__WHAT THE EXERCISE ASKS__: Look through the data below and extract, unchanged, the lines from the one that contains "v -9.52 2.5 -0.24" to the one that contains "v 6.042 5 -5.244", both included.
= = = = = = =
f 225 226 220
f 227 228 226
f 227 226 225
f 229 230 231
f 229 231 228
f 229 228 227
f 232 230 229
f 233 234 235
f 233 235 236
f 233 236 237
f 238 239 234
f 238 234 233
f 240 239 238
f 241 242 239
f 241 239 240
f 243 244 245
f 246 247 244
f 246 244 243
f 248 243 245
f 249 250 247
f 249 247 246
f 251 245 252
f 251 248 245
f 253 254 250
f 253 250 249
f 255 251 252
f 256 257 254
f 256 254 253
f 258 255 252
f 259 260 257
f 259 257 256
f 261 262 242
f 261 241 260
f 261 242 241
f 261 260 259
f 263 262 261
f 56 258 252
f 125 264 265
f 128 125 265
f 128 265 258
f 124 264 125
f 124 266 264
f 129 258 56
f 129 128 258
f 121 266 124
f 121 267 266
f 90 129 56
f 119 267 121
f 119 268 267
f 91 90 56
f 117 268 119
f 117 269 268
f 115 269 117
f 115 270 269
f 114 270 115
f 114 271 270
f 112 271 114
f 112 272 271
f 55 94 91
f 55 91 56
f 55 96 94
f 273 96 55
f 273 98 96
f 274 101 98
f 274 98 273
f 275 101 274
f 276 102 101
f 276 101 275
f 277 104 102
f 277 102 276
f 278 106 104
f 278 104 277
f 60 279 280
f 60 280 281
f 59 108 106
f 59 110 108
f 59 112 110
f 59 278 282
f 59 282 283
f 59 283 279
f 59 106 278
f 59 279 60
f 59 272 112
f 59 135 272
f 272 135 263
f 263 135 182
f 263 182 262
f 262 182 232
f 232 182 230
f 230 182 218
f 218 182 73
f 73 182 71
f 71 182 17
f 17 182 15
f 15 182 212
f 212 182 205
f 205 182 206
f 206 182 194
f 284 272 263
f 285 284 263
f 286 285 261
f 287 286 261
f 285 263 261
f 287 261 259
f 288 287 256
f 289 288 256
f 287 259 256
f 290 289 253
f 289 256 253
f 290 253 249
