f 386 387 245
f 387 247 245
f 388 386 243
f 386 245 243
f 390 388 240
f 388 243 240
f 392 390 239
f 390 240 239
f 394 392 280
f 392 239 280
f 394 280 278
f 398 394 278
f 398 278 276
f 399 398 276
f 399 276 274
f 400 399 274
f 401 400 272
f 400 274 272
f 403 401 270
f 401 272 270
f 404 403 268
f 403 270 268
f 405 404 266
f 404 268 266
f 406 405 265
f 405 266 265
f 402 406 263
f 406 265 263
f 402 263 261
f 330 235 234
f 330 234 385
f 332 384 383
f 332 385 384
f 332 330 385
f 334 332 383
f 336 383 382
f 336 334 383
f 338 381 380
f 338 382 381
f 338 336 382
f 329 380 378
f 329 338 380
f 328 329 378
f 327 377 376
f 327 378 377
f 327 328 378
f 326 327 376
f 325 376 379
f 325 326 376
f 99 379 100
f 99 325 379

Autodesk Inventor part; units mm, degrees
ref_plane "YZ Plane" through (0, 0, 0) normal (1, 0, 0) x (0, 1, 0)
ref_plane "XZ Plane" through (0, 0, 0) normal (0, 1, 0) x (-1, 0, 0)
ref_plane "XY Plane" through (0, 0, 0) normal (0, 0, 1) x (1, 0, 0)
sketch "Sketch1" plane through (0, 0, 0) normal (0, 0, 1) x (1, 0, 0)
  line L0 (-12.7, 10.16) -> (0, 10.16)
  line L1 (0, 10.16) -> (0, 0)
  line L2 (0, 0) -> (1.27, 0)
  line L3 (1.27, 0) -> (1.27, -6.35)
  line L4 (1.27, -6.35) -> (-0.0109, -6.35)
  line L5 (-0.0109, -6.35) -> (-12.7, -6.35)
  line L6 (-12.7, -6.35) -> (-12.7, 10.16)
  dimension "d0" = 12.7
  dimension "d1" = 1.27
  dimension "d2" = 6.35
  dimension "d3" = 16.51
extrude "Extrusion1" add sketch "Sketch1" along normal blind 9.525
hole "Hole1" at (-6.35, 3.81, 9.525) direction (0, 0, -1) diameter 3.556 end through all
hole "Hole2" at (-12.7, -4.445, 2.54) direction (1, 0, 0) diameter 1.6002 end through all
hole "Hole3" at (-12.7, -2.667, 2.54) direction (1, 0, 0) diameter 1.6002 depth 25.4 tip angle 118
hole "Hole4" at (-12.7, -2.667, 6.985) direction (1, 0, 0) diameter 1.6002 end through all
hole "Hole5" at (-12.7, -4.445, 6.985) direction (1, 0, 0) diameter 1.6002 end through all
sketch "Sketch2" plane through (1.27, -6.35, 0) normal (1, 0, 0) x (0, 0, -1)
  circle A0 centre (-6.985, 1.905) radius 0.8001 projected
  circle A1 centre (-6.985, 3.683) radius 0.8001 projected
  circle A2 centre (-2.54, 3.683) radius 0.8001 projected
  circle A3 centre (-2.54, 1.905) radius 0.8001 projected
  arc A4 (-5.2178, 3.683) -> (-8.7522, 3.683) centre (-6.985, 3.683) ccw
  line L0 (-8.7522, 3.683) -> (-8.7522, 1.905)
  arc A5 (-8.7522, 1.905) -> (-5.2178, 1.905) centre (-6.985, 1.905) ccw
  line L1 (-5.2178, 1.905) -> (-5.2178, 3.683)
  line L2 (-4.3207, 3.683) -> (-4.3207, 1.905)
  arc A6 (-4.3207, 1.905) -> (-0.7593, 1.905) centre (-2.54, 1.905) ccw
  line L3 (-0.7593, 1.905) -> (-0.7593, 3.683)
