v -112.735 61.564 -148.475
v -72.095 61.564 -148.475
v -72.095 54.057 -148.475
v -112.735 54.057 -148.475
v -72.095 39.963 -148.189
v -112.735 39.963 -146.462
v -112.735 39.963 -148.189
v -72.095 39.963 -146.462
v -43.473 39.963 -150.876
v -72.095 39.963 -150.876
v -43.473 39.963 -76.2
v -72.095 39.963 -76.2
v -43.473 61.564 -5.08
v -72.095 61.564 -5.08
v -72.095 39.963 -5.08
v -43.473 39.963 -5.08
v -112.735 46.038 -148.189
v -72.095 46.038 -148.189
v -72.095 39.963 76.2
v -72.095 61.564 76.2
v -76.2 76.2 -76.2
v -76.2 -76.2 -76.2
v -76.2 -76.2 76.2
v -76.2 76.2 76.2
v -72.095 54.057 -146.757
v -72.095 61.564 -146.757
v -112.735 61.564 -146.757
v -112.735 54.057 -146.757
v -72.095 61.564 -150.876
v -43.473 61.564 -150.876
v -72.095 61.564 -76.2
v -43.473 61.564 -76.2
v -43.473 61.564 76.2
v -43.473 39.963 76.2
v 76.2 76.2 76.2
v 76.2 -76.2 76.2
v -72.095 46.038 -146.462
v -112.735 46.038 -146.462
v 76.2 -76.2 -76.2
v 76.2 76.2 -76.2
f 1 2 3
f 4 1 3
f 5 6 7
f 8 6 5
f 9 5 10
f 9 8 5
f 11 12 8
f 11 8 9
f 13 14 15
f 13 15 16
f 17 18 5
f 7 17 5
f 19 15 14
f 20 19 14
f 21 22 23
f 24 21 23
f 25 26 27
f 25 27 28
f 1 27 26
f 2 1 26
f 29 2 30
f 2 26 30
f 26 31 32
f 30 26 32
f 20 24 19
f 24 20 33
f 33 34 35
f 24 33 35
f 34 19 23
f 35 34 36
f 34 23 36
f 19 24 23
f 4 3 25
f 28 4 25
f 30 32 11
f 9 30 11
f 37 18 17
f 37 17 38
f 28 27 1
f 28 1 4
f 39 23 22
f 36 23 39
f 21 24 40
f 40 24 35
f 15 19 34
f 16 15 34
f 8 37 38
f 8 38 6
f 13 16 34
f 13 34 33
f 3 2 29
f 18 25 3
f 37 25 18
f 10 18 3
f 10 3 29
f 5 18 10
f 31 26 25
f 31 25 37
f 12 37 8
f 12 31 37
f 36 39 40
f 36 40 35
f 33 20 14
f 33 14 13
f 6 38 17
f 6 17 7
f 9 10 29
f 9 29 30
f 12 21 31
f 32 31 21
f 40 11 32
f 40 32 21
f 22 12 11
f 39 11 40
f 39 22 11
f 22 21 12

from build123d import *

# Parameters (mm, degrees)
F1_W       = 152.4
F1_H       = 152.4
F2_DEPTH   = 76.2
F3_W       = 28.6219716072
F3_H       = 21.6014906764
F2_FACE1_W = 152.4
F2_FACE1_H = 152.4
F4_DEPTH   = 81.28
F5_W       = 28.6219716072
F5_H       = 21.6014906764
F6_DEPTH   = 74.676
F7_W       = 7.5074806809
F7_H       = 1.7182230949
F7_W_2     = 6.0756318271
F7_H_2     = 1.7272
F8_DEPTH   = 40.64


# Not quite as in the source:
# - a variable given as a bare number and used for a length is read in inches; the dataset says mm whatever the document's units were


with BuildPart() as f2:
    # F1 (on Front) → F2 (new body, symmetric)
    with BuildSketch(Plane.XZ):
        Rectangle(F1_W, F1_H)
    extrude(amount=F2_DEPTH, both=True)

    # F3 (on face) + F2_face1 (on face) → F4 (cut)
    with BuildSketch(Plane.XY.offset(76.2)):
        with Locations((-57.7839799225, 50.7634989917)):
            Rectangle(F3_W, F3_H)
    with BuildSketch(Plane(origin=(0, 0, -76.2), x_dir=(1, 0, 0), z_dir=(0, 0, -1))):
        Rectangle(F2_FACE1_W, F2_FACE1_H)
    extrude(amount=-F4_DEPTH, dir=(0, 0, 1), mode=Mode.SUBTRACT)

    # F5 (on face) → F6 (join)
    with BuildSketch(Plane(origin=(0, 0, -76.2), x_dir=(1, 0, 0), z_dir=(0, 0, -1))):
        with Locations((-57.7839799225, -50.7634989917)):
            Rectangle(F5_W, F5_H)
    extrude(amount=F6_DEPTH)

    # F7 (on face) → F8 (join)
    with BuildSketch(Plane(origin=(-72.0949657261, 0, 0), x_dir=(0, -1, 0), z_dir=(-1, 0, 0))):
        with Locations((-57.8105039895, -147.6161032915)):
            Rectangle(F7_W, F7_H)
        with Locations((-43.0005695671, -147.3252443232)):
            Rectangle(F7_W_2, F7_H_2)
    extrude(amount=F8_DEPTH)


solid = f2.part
= = = = = = =
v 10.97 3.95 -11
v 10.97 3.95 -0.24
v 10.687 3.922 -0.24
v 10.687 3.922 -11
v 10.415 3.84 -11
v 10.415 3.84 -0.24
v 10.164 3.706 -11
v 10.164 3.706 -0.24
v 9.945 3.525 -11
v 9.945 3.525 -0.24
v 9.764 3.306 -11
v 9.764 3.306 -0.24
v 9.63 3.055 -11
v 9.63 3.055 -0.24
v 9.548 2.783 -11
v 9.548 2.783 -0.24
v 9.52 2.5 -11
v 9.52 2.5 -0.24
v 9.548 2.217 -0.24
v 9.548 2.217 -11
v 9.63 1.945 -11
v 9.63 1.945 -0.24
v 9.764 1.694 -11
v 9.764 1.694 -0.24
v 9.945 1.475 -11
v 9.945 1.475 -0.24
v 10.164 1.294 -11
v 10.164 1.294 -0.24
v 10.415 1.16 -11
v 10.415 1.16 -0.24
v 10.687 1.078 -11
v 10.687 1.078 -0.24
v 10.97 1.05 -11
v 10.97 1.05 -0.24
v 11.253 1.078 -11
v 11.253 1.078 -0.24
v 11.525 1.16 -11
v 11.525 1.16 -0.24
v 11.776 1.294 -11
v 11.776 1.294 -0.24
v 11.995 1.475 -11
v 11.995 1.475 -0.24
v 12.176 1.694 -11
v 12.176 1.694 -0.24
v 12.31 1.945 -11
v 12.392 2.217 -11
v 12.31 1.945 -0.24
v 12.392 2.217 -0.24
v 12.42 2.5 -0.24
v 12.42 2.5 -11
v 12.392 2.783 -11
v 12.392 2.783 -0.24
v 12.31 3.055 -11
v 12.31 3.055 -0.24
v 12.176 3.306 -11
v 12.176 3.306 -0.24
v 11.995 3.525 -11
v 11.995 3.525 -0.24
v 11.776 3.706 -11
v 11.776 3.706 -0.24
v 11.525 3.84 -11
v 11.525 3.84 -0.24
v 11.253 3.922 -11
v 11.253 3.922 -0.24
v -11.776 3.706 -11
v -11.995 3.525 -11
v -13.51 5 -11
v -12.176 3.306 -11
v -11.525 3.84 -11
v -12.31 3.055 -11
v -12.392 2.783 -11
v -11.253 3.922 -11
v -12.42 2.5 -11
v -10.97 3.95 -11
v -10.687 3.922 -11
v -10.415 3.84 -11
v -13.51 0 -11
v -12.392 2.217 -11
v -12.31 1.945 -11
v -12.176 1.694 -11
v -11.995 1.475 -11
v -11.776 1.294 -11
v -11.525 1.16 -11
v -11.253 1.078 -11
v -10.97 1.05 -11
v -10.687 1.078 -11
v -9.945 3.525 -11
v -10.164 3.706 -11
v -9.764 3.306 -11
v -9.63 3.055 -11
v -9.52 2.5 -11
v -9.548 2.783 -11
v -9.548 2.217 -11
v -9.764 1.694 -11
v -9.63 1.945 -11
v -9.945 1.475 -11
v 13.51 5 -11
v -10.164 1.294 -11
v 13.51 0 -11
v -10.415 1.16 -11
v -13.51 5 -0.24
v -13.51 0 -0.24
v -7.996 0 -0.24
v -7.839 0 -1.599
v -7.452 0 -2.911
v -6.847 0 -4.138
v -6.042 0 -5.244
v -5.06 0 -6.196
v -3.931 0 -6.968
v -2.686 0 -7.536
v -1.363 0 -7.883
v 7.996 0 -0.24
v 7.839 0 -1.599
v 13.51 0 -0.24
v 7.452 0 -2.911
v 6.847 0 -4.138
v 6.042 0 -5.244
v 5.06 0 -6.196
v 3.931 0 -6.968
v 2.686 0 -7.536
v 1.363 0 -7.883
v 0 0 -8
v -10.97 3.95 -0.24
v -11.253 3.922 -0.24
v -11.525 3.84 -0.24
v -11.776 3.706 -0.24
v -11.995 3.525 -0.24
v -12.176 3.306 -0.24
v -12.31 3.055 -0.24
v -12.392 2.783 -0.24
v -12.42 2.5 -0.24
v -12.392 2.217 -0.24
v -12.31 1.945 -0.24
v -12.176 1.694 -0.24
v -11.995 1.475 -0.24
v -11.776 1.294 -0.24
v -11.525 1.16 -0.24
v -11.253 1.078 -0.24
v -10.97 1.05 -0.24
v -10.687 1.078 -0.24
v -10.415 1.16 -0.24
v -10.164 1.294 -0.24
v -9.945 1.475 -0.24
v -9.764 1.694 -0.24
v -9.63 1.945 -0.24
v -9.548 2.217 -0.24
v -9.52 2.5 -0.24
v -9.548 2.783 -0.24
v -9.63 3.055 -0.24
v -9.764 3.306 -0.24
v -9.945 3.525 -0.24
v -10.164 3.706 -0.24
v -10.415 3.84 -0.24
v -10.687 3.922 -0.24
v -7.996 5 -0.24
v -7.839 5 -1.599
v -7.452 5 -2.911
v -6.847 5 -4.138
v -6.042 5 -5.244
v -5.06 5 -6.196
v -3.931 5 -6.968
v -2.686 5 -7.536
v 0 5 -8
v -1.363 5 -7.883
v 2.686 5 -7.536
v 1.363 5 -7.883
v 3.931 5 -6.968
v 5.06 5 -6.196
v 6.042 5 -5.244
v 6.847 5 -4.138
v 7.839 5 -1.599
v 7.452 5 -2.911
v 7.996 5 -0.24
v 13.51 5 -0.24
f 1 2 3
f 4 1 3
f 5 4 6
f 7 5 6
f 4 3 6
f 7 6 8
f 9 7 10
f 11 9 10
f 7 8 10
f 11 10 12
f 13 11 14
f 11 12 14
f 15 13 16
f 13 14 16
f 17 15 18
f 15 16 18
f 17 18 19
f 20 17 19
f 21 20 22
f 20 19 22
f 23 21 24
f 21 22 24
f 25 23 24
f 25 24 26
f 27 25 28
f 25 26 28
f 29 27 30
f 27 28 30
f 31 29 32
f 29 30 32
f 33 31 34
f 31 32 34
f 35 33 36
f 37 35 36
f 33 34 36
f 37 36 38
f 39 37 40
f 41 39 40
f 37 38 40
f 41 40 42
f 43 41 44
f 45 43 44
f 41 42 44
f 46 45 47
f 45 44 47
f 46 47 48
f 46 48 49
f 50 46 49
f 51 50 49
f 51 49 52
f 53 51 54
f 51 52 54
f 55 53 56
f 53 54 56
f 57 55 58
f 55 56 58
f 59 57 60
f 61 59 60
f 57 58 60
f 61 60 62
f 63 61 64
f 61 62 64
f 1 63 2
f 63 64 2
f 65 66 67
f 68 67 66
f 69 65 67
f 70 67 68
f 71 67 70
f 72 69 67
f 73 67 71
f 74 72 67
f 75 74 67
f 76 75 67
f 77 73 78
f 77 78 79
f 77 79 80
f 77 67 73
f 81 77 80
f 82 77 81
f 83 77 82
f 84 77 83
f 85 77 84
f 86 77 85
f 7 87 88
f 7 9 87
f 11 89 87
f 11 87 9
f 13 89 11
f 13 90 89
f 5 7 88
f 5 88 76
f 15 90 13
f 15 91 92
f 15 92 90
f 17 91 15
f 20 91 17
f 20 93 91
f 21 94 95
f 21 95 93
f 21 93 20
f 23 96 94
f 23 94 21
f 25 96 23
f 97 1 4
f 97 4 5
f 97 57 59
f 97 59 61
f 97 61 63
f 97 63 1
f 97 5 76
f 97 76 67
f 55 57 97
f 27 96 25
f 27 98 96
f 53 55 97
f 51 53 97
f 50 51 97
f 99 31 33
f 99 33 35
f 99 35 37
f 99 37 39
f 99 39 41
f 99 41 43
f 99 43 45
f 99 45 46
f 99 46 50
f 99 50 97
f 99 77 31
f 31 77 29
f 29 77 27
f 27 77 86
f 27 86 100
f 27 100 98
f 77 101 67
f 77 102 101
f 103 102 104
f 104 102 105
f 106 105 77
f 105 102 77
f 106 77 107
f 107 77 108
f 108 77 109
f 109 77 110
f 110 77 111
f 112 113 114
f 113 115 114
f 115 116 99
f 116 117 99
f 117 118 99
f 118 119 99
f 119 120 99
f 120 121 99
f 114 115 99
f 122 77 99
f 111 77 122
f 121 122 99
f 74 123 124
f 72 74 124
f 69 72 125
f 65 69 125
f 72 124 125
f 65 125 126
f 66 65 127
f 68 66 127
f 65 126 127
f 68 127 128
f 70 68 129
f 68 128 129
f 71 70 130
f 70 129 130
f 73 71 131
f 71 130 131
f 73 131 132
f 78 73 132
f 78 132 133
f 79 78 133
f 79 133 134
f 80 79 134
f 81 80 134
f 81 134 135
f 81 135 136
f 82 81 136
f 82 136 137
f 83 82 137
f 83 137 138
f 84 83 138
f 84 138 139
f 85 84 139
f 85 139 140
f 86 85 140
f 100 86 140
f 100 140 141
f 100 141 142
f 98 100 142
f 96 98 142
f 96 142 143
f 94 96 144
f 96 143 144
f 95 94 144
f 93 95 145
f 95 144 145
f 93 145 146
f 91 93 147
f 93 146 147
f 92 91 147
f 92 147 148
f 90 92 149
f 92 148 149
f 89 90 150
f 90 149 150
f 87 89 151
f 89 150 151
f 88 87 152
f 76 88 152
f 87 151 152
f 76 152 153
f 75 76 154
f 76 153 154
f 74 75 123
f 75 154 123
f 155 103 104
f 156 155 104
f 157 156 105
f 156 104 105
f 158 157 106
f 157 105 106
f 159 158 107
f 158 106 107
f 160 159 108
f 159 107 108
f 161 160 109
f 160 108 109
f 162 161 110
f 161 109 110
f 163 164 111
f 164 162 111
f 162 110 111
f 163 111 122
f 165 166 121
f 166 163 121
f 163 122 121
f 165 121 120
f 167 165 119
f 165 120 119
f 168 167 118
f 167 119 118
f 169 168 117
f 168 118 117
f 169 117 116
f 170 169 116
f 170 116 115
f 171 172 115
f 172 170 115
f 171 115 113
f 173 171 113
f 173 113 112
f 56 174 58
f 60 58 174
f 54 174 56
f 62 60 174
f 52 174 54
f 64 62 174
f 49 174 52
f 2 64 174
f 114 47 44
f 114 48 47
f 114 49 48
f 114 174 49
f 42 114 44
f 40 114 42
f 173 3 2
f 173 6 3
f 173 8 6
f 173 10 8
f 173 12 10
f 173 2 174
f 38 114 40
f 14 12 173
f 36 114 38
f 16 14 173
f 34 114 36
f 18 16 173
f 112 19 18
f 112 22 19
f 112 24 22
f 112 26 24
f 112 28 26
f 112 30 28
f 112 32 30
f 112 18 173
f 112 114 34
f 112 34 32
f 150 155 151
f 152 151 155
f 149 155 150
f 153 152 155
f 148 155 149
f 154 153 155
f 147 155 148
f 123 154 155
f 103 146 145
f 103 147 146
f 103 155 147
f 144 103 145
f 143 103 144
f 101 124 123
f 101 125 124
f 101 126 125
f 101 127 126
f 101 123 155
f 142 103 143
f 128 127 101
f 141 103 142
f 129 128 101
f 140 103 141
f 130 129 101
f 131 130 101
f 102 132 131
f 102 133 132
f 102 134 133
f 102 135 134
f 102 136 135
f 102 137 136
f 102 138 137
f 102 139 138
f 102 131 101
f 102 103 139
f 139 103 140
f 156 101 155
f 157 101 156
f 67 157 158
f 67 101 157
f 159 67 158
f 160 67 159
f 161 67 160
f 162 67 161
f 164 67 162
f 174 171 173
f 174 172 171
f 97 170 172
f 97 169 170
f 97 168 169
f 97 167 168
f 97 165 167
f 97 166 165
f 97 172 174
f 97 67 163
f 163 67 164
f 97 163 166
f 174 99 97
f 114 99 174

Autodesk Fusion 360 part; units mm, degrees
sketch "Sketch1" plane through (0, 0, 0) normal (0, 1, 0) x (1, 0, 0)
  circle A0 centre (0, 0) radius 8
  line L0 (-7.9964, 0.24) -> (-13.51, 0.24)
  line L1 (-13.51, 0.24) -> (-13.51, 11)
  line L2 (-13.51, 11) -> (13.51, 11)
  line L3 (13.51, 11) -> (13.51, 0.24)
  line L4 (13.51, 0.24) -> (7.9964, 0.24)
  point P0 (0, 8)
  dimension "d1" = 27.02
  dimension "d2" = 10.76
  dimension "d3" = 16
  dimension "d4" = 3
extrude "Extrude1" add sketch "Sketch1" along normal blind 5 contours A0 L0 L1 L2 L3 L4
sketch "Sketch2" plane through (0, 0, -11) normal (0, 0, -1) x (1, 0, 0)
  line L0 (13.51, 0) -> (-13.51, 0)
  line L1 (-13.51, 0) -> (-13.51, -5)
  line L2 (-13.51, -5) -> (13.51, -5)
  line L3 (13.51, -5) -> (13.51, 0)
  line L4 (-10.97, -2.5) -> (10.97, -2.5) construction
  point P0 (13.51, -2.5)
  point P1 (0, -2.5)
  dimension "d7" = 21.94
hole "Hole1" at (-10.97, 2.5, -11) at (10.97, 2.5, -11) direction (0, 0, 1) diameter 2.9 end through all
= = = = = = =
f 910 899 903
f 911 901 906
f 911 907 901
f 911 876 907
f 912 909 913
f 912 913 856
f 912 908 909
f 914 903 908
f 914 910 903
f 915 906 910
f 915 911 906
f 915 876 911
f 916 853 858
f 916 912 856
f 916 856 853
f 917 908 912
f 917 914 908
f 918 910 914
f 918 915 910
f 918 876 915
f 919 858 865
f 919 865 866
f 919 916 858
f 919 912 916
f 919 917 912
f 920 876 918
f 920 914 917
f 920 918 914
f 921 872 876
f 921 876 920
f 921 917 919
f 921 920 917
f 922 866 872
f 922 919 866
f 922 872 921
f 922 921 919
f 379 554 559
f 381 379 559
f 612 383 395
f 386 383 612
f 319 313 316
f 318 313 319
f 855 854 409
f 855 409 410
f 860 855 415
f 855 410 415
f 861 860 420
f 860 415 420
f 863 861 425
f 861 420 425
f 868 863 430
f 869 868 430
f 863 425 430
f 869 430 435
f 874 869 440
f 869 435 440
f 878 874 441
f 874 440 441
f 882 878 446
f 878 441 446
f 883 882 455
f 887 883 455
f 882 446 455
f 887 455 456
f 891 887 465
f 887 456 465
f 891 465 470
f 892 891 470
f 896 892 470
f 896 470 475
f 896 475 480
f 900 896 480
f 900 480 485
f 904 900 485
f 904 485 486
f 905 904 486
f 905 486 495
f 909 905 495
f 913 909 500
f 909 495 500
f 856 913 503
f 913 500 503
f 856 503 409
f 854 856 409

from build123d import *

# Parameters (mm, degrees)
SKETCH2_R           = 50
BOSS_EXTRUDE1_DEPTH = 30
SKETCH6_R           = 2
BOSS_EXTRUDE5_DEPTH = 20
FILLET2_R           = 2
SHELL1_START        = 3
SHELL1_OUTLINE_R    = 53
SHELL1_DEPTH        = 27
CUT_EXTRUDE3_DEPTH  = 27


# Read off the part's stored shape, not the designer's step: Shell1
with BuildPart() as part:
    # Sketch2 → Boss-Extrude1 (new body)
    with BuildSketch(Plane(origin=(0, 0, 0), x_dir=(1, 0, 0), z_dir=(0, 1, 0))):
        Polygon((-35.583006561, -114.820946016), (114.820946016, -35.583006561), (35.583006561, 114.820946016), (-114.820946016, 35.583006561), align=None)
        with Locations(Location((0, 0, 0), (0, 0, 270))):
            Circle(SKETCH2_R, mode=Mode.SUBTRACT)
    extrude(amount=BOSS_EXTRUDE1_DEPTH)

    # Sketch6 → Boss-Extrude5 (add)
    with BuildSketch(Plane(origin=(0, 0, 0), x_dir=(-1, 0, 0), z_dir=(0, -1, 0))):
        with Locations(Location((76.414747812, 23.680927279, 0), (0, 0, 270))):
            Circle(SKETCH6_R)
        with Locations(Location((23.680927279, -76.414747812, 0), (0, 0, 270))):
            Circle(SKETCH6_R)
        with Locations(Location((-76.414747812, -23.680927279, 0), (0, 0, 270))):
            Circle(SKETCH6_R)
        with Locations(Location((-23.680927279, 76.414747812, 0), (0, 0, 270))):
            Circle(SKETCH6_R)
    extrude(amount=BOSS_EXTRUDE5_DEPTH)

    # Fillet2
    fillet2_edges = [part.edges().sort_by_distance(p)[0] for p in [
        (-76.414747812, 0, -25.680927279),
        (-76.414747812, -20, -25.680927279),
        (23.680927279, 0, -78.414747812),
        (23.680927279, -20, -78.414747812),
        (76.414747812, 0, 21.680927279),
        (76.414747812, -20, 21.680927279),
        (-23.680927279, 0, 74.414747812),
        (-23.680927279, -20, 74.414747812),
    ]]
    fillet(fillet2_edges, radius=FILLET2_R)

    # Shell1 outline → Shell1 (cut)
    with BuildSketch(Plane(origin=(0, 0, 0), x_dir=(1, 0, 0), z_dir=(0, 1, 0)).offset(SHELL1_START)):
= = = = = = =
__TASK ANSWER__:
v -9.52 2.5 -0.24
v -9.548 2.783 -0.24
v -9.63 3.055 -0.24
v -9.764 3.306 -0.24
v -9.945 3.525 -0.24
v -10.164 3.706 -0.24
v -10.415 3.84 -0.24
v -10.687 3.922 -0.24
v -7.996 5 -0.24
v -7.839 5 -1.599
v -7.452 5 -2.911
v -6.847 5 -4.138
v -6.042 5 -5.244
v -5.06 5 -6.196
v -3.931 5 -6.968
v -2.686 5 -7.536
v 0 5 -8
v -1.363 5 -7.883
v 2.686 5 -7.536
v 1.363 5 -7.883
v 3.931 5 -6.968
v 5.06 5 -6.196
v 6.042 5 -5.244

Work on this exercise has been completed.